Rebound

Movie Information

Score:

Genre: Comedy
Director:
Starring: Martin Lawrence, Wendy Raquel Robinson, Breckin Meyer, Horatio Sanz, Megan Mullaly
Rated: PG

Here’s a classic case of “if you’ve seen the trailer, you’ve seen the movie.” In fact, if you know the premise, you could write the movie yourself.

That it took three writers — even if two of them were John J. Strauss and Ed Decter (The Lizzie McGuire Movie, The Santa Clause 2) — to cook up this story, which first-time offender screenwriters Jon Lucas and Scott Moore mixed up into a screenplay, is quite remarkable. Any of the 10-year-olds at which this movie is apparently aimed could have done the same in between school and dinner — and still had time out for milk and cookies.

The recipe is so easy: Make Martin Lawrence a hot-headed, egotistical college basketball coach, get him thrown out of the league and have him land at junior high school, where he’ll coach misfit 13-year-olds and learn both the error of his ways and what really matters. You can practically hear the pitch that was made to the studio, promising that the movie would do for Lawrence what School of Rock did for Jack Black and Are We There Yet? did for Ice Cube.

I think I laughed once, when Wendy Raquel Robinson called Lawrence handsome. (OK, so I chuckled at Lawrence’s comment about growing up “on the mean streets of suburbia,” but that was it.) However, I didn’t actively dislike the film, which is a major accomplishment for the movie, considering the fact it stars Martin Lawrence.
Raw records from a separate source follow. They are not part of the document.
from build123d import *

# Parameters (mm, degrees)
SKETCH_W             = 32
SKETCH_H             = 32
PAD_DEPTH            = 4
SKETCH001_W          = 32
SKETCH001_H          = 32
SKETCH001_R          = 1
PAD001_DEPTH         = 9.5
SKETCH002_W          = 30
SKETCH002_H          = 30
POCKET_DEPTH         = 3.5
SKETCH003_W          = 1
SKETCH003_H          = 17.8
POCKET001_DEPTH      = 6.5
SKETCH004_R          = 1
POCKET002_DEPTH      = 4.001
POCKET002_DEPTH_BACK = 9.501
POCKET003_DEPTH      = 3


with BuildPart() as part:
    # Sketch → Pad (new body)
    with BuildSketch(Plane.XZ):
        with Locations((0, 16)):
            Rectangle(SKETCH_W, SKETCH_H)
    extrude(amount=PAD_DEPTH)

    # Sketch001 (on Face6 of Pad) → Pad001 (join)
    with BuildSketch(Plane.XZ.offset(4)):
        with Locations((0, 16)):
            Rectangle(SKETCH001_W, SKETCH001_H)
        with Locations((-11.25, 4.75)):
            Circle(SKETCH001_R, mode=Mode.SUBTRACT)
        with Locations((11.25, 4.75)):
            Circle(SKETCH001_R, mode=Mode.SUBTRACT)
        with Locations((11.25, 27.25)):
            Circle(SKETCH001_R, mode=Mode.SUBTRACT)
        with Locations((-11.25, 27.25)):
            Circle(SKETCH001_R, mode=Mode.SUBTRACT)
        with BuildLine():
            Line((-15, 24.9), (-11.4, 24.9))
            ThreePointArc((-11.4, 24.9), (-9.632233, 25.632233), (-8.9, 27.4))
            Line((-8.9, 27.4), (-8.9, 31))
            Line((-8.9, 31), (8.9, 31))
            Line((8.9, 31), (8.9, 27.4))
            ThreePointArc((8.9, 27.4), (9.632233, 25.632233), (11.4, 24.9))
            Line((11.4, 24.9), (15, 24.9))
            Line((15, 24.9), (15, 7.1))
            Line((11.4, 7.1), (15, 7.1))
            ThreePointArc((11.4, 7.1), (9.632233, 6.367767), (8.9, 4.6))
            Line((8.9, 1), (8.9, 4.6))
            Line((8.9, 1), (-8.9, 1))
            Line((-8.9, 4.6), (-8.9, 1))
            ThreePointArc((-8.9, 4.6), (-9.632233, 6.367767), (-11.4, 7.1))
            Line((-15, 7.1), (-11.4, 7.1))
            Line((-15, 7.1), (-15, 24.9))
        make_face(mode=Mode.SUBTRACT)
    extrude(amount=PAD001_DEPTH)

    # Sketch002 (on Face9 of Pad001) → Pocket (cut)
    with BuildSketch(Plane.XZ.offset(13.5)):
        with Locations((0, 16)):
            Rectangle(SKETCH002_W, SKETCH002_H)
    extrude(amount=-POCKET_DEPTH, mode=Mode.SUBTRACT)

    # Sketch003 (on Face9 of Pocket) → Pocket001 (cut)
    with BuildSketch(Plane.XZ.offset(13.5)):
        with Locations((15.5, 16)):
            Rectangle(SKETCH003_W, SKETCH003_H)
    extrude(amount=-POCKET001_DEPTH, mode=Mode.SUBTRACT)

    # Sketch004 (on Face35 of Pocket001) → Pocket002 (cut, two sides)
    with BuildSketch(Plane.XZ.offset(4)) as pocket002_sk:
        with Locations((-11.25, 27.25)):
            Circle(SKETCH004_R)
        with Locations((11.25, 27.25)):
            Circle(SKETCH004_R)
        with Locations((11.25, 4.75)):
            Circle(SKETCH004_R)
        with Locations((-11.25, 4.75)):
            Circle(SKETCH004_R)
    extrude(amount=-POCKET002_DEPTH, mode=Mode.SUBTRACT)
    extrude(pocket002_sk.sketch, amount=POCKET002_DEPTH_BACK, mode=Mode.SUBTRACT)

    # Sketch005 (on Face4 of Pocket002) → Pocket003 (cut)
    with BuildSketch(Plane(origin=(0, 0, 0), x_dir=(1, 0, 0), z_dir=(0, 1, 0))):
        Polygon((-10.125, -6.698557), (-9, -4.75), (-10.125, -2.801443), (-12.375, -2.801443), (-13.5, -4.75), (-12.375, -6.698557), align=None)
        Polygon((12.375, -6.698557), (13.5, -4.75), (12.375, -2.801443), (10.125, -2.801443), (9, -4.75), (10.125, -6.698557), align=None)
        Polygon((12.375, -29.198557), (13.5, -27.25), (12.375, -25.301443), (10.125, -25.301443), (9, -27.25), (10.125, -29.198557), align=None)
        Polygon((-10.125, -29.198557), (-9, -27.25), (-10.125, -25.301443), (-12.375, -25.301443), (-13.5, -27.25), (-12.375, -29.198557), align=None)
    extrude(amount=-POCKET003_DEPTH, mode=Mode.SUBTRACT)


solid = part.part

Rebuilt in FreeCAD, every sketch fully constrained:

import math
import FreeCAD as App
import Part
import Sketcher
from FreeCAD import Vector
Q = App.Units.Quantity

doc = App.newDocument("Part")
params = doc.addObject("Spreadsheet::Sheet", "Params")
for row, (alias, value) in enumerate([
    ("sketch1_width", "32 mm"),
    ("pad1_length", "4 mm"),
    ("sketch2_diameter", "2 mm"),
    ("sketch2_radius", "2.5 mm"),
    ("sketch2_width", "32 mm"),
    ("sketch2_width2", "3.6 mm"),
    ("sketch2_width3", "17.8 mm"),
    ("pad2_length", "9.5 mm"),
    ("sketch3_width", "30 mm"),
    ("pocket1_length", "3.5 mm"),
    ("sketch4_width", "1 mm"),
    ("sketch4_height", "17.8 mm"),
    ("pocket2_length", "6.5 mm"),
    ("sketch5_diameter", "2 mm"),
    ("sketch6_width", "2.25 mm"),
    ("pocket4_length", "3 mm"),
], start=1):
    params.set(f"A{row}", alias)
    params.set(f"B{row}", "=" + value)
    params.setAlias(f"B{row}", alias)

body = doc.addObject("PartDesign::Body", "Body")

# Sketch on XZ plane
sketch1 = body.newObject("Sketcher::SketchObject", "Sketch")
sketch1.AttachmentSupport = (doc.getObject("XZ_Plane"), [""])
sketch1.MapMode = "FlatFace"
sketch1.addGeometry([
    Part.LineSegment(Vector(-16, 32, 0), Vector(-16, 0, 0)),
    Part.LineSegment(Vector(-16, 0, 0), Vector(16, 0, 0)),
    Part.LineSegment(Vector(16, 0, 0), Vector(16, 32, 0)),
    Part.LineSegment(Vector(16, 32, 0), Vector(-16, 32, 0)),
], False)
sketch1.addConstraint([
    Sketcher.Constraint("Coincident", 0, 2, 1, 1),
    Sketcher.Constraint("Coincident", 1, 2, 2, 1),
    Sketcher.Constraint("Coincident", 2, 2, 3, 1),
    Sketcher.Constraint("Coincident", 3, 2, 0, 1),
    Sketcher.Constraint("Vertical", 0),
    Sketcher.Constraint("Horizontal", 1),
    Sketcher.Constraint("Vertical", 2),
    Sketcher.Constraint("Horizontal", 3),
    Sketcher.Constraint("Symmetric", 0, 2, 1, 2, -1, 1),
    Sketcher.Constraint("Equal", 3, 0),
    Sketcher.Constraint("DistanceX", 1, 1, 1, 2, Q("32 mm")),
])
sketch1.setExpression("Constraints[10]", "Params.sketch1_width")
pad1 = body.newObject("PartDesign::Pad", "Pad")
pad1.Profile = sketch1
pad1.setExpression("Length", "Params.pad1_length")

# Sketch on XZ plane
sketch2 = body.newObject("Sketcher::SketchObject", "Sketch001")
sketch2.AttachmentSupport = (doc.getObject("XZ_Plane"), [""])
sketch2.MapMode = "FlatFace"
sketch2.AttachmentOffset = App.Placement(Vector(0, 0, 4), App.Rotation())
sketch2.addGeometry([
    Part.LineSegment(Vector(-16, 32, 0), Vector(-16, 0, 0)),  # 0
    Part.LineSegment(Vector(-16, 0, 0), Vector(16, 0, 0)),  # 1
    Part.LineSegment(Vector(16, 0, 0), Vector(16, 32, 0)),  # 2
    Part.LineSegment(Vector(16, 32, 0), Vector(-16, 32, 0)),  # 3
    Part.Circle(Vector(-11.25, 4.75, 0), Vector(0, 0, 1), 1),  # 4
    Part.Circle(Vector(11.25, 4.75, 0), Vector(0, 0, 1), 1),  # 5
    Part.Circle(Vector(-11.25, 27.25, 0), Vector(0, 0, 1), 1),  # 6
    Part.LineSegment(Vector(-15, 7.1, 0), Vector(-15, 24.9, 0)),  # 7
    Part.LineSegment(Vector(-15, 24.9, 0), Vector(-11.4, 24.9, 0)),  # 8
    Part.ArcOfCircle(Part.Circle(Vector(-11.4, 27.4, 0), Vector(0, 0, 1), 2.5), math.radians(-90.000004), math.radians(0.000004)),  # 9
    Part.LineSegment(Vector(-8.9, 27.4, 0), Vector(-8.9, 31, 0)),  # 10
    Part.LineSegment(Vector(-8.9, 31, 0), Vector(8.9, 31, 0)),  # 11
    Part.LineSegment(Vector(8.9, 31, 0), Vector(8.9, 27.4, 0)),  # 12
    Part.ArcOfCircle(Part.Circle(Vector(11.4, 27.4, 0), Vector(0, 0, 1), 2.5), math.radians(179.999996), math.radians(270.000004)),  # 13
    Part.LineSegment(Vector(11.4, 24.9, 0), Vector(15, 24.9, 0)),  # 14
    Part.LineSegment(Vector(15, 24.9, 0), Vector(15, 7.1, 0)),  # 15
    Part.LineSegment(Vector(15, 7.1, 0), Vector(11.4, 7.1, 0)),  # 16
    Part.ArcOfCircle(Part.Circle(Vector(11.4, 4.6, 0), Vector(0, 0, 1), 2.5), math.radians(89.999996), math.radians(180.000004)),  # 17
The truth is that a reined-in, PG-rated Lawrence is a lot more palatable than the PG-13 or R-rated Lawrence. (For those who like Lawrence at his cruder level, worry not — Rebound comes with an attached trailer for Big Momma’s House 2, which boasts a substantial crudity quotient.) He doesn’t exactly become cute and cuddly, but the sleaze factor is pleasantly absent, and he actually does something that could almost be taken for acting.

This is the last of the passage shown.